RAW DATA:
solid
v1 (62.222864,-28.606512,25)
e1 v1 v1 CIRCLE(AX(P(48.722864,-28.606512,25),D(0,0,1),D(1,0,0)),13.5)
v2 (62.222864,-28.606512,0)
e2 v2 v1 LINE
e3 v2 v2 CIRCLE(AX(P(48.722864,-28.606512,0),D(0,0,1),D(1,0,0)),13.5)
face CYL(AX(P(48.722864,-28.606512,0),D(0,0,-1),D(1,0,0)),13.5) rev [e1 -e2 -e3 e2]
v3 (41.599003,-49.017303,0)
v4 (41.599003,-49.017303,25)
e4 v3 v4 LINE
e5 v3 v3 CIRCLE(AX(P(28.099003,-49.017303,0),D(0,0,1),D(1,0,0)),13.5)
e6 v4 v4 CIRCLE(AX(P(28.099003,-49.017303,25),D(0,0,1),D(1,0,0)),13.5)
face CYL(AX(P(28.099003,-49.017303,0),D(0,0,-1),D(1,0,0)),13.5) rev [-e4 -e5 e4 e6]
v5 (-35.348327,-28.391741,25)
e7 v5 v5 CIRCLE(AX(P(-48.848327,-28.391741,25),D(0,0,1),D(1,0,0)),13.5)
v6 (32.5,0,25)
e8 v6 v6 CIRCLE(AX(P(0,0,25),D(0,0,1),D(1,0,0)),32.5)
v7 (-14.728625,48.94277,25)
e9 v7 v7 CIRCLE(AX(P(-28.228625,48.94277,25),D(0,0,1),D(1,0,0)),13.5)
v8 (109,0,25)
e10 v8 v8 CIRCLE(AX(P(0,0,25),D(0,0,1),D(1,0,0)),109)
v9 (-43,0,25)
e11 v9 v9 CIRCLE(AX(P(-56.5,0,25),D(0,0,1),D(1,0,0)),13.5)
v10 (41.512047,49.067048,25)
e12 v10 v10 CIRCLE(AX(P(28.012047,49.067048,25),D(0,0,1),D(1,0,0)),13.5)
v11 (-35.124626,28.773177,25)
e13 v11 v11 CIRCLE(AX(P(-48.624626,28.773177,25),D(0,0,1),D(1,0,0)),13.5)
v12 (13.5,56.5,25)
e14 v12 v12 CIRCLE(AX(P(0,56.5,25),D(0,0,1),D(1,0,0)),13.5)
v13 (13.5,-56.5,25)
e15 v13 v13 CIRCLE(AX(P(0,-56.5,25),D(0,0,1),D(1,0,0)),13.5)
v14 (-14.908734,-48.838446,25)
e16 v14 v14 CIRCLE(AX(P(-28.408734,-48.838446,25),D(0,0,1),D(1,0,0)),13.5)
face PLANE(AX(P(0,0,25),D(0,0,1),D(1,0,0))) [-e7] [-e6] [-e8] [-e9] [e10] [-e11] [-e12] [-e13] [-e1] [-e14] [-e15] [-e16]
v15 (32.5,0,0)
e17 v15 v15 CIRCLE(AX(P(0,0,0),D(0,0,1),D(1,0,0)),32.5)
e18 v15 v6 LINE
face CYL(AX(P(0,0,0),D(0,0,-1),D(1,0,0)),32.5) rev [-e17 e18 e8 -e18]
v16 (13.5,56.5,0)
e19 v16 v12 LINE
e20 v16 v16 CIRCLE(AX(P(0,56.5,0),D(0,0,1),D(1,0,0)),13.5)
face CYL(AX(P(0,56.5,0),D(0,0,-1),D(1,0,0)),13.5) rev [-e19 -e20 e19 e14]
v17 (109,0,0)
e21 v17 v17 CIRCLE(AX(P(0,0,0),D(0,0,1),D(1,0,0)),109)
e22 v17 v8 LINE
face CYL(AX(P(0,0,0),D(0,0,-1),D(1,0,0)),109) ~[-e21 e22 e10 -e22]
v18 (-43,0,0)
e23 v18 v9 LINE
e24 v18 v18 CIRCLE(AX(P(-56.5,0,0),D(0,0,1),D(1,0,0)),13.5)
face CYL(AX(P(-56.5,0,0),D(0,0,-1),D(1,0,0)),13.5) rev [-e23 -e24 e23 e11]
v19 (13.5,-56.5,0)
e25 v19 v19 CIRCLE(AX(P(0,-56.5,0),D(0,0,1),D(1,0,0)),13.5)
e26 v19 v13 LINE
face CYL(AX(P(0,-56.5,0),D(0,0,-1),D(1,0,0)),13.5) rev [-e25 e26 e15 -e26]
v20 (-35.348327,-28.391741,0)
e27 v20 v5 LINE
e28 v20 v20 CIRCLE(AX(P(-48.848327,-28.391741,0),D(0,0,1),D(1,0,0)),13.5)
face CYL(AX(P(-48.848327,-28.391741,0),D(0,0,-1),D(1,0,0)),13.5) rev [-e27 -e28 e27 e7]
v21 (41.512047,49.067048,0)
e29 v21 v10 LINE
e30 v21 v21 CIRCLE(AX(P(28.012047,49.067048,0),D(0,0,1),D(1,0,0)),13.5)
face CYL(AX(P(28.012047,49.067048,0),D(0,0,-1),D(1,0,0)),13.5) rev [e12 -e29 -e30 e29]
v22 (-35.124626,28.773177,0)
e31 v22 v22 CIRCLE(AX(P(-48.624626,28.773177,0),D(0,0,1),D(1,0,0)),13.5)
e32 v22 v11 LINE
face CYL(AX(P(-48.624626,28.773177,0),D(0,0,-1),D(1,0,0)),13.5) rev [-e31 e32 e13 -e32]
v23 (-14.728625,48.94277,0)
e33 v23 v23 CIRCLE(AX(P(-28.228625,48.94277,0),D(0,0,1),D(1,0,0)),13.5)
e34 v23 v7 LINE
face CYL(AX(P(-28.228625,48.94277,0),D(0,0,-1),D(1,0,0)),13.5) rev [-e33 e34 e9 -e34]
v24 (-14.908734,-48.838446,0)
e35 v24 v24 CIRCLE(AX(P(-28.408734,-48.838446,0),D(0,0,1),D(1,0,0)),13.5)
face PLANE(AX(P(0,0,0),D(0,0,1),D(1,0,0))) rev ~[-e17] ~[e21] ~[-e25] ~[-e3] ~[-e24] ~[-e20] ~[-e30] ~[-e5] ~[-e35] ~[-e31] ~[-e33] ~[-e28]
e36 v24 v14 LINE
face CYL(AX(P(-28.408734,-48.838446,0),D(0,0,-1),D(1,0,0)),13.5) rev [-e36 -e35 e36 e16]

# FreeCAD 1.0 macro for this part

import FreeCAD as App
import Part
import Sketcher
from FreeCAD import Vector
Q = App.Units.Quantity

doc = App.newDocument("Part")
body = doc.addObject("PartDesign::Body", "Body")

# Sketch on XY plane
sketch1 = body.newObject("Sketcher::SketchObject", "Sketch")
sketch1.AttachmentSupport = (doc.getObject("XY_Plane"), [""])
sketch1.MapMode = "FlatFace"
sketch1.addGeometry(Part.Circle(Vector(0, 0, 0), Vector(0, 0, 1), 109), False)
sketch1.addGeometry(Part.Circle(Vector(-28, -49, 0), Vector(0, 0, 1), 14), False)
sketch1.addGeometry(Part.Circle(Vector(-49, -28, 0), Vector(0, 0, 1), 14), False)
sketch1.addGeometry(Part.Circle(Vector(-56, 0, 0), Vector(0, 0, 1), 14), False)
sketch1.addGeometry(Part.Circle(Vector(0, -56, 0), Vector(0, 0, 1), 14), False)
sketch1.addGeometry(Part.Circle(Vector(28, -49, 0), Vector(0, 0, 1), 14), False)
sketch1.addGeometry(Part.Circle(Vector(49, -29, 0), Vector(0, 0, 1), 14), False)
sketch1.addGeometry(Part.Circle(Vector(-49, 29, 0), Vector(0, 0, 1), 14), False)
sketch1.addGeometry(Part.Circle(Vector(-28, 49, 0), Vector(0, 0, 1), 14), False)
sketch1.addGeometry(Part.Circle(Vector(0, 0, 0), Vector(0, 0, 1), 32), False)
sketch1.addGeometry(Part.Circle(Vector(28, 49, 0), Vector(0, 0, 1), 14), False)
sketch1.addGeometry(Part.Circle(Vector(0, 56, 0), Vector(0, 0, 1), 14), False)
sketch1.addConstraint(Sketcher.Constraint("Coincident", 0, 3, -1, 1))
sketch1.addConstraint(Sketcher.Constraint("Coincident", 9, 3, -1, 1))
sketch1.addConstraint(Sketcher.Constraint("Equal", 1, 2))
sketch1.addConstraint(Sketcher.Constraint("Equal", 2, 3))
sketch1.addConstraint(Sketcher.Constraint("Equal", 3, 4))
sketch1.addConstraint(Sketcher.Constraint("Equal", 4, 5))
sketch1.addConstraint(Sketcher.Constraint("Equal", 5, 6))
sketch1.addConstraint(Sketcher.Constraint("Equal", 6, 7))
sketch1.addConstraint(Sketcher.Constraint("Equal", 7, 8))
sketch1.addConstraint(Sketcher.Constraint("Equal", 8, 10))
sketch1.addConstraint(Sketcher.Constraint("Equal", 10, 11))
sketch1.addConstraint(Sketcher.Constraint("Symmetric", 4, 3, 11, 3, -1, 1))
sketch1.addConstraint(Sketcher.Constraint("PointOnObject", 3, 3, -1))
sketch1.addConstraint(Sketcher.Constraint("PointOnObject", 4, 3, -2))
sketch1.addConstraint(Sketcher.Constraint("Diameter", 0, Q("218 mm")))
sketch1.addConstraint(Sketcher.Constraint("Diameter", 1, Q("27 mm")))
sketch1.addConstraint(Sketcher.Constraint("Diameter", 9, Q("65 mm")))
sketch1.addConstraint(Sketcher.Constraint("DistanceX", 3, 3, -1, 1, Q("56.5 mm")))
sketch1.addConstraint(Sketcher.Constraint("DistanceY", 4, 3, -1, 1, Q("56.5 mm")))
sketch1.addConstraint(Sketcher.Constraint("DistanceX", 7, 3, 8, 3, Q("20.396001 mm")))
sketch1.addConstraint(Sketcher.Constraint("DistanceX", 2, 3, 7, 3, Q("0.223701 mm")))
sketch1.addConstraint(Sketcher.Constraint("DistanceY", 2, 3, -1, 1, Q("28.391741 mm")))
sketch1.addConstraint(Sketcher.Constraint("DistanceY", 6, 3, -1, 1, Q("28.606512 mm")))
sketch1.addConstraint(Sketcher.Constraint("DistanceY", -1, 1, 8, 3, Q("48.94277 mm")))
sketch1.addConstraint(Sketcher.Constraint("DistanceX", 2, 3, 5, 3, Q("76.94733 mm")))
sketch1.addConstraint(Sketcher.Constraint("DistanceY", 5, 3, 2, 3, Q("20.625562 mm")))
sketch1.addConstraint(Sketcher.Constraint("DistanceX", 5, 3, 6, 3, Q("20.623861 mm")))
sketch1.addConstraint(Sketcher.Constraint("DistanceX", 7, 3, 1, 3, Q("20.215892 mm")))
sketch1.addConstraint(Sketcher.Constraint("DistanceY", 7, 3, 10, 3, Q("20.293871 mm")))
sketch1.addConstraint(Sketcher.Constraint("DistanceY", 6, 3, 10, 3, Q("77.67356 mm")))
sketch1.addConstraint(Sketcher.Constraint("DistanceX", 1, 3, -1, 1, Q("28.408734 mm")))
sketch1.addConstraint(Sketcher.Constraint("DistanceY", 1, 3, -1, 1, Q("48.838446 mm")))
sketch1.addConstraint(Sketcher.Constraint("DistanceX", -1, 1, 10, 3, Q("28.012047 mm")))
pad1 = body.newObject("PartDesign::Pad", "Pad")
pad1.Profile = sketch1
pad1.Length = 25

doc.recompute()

AIM OF THE EXERCISE:
An exact copy of the lines above, from the one containing "e32 v22 v11 LINE" through the one containing "# FreeCAD 1.0 macro for this part", is the whole of the answer.

EXERCISE OUTPUT:
e32 v22 v11 LINE
face CYL(AX(P(-48.624626,28.773177,0),D(0,0,-1),D(1,0,0)),13.5) rev [-e31 e32 e13 -e32]
v23 (-14.728625,48.94277,0)
e33 v23 v23 CIRCLE(AX(P(-28.228625,48.94277,0),D(0,0,1),D(1,0,0)),13.5)
e34 v23 v7 LINE
face CYL(AX(P(-28.228625,48.94277,0),D(0,0,-1),D(1,0,0)),13.5) rev [-e33 e34 e9 -e34]
v24 (-14.908734,-48.838446,0)
e35 v24 v24 CIRCLE(AX(P(-28.408734,-48.838446,0),D(0,0,1),D(1,0,0)),13.5)
face PLANE(AX(P(0,0,0),D(0,0,1),D(1,0,0))) rev ~[-e17] ~[e21] ~[-e25] ~[-e3] ~[-e24] ~[-e20] ~[-e30] ~[-e5] ~[-e35] ~[-e31] ~[-e33] ~[-e28]
e36 v24 v14 LINE
face CYL(AX(P(-28.408734,-48.838446,0),D(0,0,-1),D(1,0,0)),13.5) rev [-e36 -e35 e36 e16]

# FreeCAD 1.0 macro for this part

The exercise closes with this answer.